- Opening Delimiter -

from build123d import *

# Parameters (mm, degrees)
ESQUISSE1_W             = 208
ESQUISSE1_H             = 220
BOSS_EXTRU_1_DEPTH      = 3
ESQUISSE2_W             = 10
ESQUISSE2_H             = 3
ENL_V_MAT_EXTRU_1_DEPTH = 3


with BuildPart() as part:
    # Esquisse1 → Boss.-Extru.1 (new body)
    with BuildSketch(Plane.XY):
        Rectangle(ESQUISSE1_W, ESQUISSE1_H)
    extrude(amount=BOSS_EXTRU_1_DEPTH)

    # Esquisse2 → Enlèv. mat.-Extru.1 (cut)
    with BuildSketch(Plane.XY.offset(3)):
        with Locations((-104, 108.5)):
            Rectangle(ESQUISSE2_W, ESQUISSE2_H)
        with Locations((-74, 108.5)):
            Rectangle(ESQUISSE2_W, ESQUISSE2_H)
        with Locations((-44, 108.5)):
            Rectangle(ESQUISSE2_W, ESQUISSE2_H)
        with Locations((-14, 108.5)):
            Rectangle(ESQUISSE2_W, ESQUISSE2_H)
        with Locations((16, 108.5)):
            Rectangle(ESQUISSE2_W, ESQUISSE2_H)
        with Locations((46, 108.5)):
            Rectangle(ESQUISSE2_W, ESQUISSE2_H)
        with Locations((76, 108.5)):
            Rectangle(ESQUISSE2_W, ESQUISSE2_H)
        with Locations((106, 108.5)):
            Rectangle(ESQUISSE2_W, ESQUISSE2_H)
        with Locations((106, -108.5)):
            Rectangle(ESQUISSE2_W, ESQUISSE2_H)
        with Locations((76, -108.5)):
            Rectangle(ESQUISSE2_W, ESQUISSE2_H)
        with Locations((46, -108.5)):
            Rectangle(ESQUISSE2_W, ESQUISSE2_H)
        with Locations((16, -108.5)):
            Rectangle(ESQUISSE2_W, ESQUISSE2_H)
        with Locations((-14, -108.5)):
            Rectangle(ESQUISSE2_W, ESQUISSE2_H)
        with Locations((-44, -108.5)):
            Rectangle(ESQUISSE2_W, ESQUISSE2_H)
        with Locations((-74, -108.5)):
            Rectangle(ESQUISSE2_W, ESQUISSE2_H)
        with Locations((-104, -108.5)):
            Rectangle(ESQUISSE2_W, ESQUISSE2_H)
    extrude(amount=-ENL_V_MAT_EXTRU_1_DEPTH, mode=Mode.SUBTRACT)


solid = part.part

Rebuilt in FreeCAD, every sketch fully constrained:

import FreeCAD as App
import Part
import Sketcher
from FreeCAD import Vector
Q = App.Units.Quantity

doc = App.newDocument("Part")
body = doc.addObject("PartDesign::Body", "Body")

sketch1 = body.newObject("Sketcher::SketchObject", "Sketch")
sketch1.AttachmentSupport = (doc.getObject("XY_Plane"), [""])
sketch1.MapMode = "FlatFace"
sketch1.addGeometry(Part.LineSegment(Vector(-104, 110, 0), Vector(-104, -110, 0)), False)
sketch1.addGeometry(Part.LineSegment(Vector(-104, -110, 0), Vector(104, -110, 0)), False)
sketch1.addGeometry(Part.LineSegment(Vector(104, -110, 0), Vector(104, 110, 0)), False)
sketch1.addGeometry(Part.LineSegment(Vector(104, 110, 0), Vector(-104, 110, 0)), False)
sketch1.addConstraint(Sketcher.Constraint("Coincident", 0, 2, 1, 1))
sketch1.addConstraint(Sketcher.Constraint("Coincident", 1, 2, 2, 1))
sketch1.addConstraint(Sketcher.Constraint("Coincident", 2, 2, 3, 1))
sketch1.addConstraint(Sketcher.Constraint("Coincident", 3, 2, 0, 1))
sketch1.addConstraint(Sketcher.Constraint("Vertical", 0))
sketch1.addConstraint(Sketcher.Constraint("Horizontal", 1))
sketch1.addConstraint(Sketcher.Constraint("Vertical", 2))
sketch1.addConstraint(Sketcher.Constraint("Horizontal", 3))
sketch1.addConstraint(Sketcher.Constraint("Symmetric", 0, 2, 2, 2, -1, 1))
sketch1.addConstraint(Sketcher.Constraint("DistanceX", 1, 1, 1, 2, Q("208 mm")))
sketch1.addConstraint(Sketcher.Constraint("DistanceY", 0, 2, 0, 1, Q("220 mm")))
pad1 = body.newObject("PartDesign::Pad", "Pad")
pad1.Profile = sketch1
pad1.Length = 3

- Closing Delimiter -

__ACTIVITY__: For this exercise, restate every record word for word.

__RESPONSE TO THIS TASK__:
from build123d import *

# Parameters (mm, degrees)
ESQUISSE1_W             = 208
ESQUISSE1_H             = 220
BOSS_EXTRU_1_DEPTH      = 3
ESQUISSE2_W             = 10
ESQUISSE2_H             = 3
ENL_V_MAT_EXTRU_1_DEPTH = 3


with BuildPart() as part:
    # Esquisse1 → Boss.-Extru.1 (new body)
    with BuildSketch(Plane.XY):
        Rectangle(ESQUISSE1_W, ESQUISSE1_H)
    extrude(amount=BOSS_EXTRU_1_DEPTH)

    # Esquisse2 → Enlèv. mat.-Extru.1 (cut)
    with BuildSketch(Plane.XY.offset(3)):
        with Locations((-104, 108.5)):
            Rectangle(ESQUISSE2_W, ESQUISSE2_H)
        with Locations((-74, 108.5)):
            Rectangle(ESQUISSE2_W, ESQUISSE2_H)
        with Locations((-44, 108.5)):
            Rectangle(ESQUISSE2_W, ESQUISSE2_H)
        with Locations((-14, 108.5)):
            Rectangle(ESQUISSE2_W, ESQUISSE2_H)
        with Locations((16, 108.5)):
            Rectangle(ESQUISSE2_W, ESQUISSE2_H)
        with Locations((46, 108.5)):
            Rectangle(ESQUISSE2_W, ESQUISSE2_H)
        with Locations((76, 108.5)):
            Rectangle(ESQUISSE2_W, ESQUISSE2_H)
        with Locations((106, 108.5)):
            Rectangle(ESQUISSE2_W, ESQUISSE2_H)
        with Locations((106, -108.5)):
            Rectangle(ESQUISSE2_W, ESQUISSE2_H)
        with Locations((76, -108.5)):
            Rectangle(ESQUISSE2_W, ESQUISSE2_H)
        with Locations((46, -108.5)):
            Rectangle(ESQUISSE2_W, ESQUISSE2_H)
        with Locations((16, -108.5)):
            Rectangle(ESQUISSE2_W, ESQUISSE2_H)
        with Locations((-14, -108.5)):
            Rectangle(ESQUISSE2_W, ESQUISSE2_H)
        with Locations((-44, -108.5)):
            Rectangle(ESQUISSE2_W, ESQUISSE2_H)
        with Locations((-74, -108.5)):
            Rectangle(ESQUISSE2_W, ESQUISSE2_H)
        with Locations((-104, -108.5)):
            Rectangle(ESQUISSE2_W, ESQUISSE2_H)
    extrude(amount=-ENL_V_MAT_EXTRU_1_DEPTH, mode=Mode.SUBTRACT)


solid = part.part

Rebuilt in FreeCAD, every sketch fully constrained:

import FreeCAD as App
import Part
import Sketcher
from FreeCAD import Vector
Q = App.Units.Quantity

doc = App.newDocument("Part")
body = doc.addObject("PartDesign::Body", "Body")

sketch1 = body.newObject("Sketcher::SketchObject", "Sketch")
sketch1.AttachmentSupport = (doc.getObject("XY_Plane"), [""])
sketch1.MapMode = "FlatFace"
sketch1.addGeometry(Part.LineSegment(Vector(-104, 110, 0), Vector(-104, -110, 0)), False)
sketch1.addGeometry(Part.LineSegment(Vector(-104, -110, 0), Vector(104, -110, 0)), False)
sketch1.addGeometry(Part.LineSegment(Vector(104, -110, 0), Vector(104, 110, 0)), False)
sketch1.addGeometry(Part.LineSegment(Vector(104, 110, 0), Vector(-104, 110, 0)), False)
sketch1.addConstraint(Sketcher.Constraint("Coincident", 0, 2, 1, 1))
sketch1.addConstraint(Sketcher.Constraint("Coincident", 1, 2, 2, 1))
sketch1.addConstraint(Sketcher.Constraint("Coincident", 2, 2, 3, 1))
sketch1.addConstraint(Sketcher.Constraint("Coincident", 3, 2, 0, 1))
sketch1.addConstraint(Sketcher.Constraint("Vertical", 0))
sketch1.addConstraint(Sketcher.Constraint("Horizontal", 1))
sketch1.addConstraint(Sketcher.Constraint("Vertical", 2))
sketch1.addConstraint(Sketcher.Constraint("Horizontal", 3))
sketch1.addConstraint(Sketcher.Constraint("Symmetric", 0, 2, 2, 2, -1, 1))
sketch1.addConstraint(Sketcher.Constraint("DistanceX", 1, 1, 1, 2, Q("208 mm")))
sketch1.addConstraint(Sketcher.Constraint("DistanceY", 0, 2, 0, 1, Q("220 mm")))
pad1 = body.newObject("PartDesign::Pad", "Pad")
pad1.Profile = sketch1
pad1.Length = 3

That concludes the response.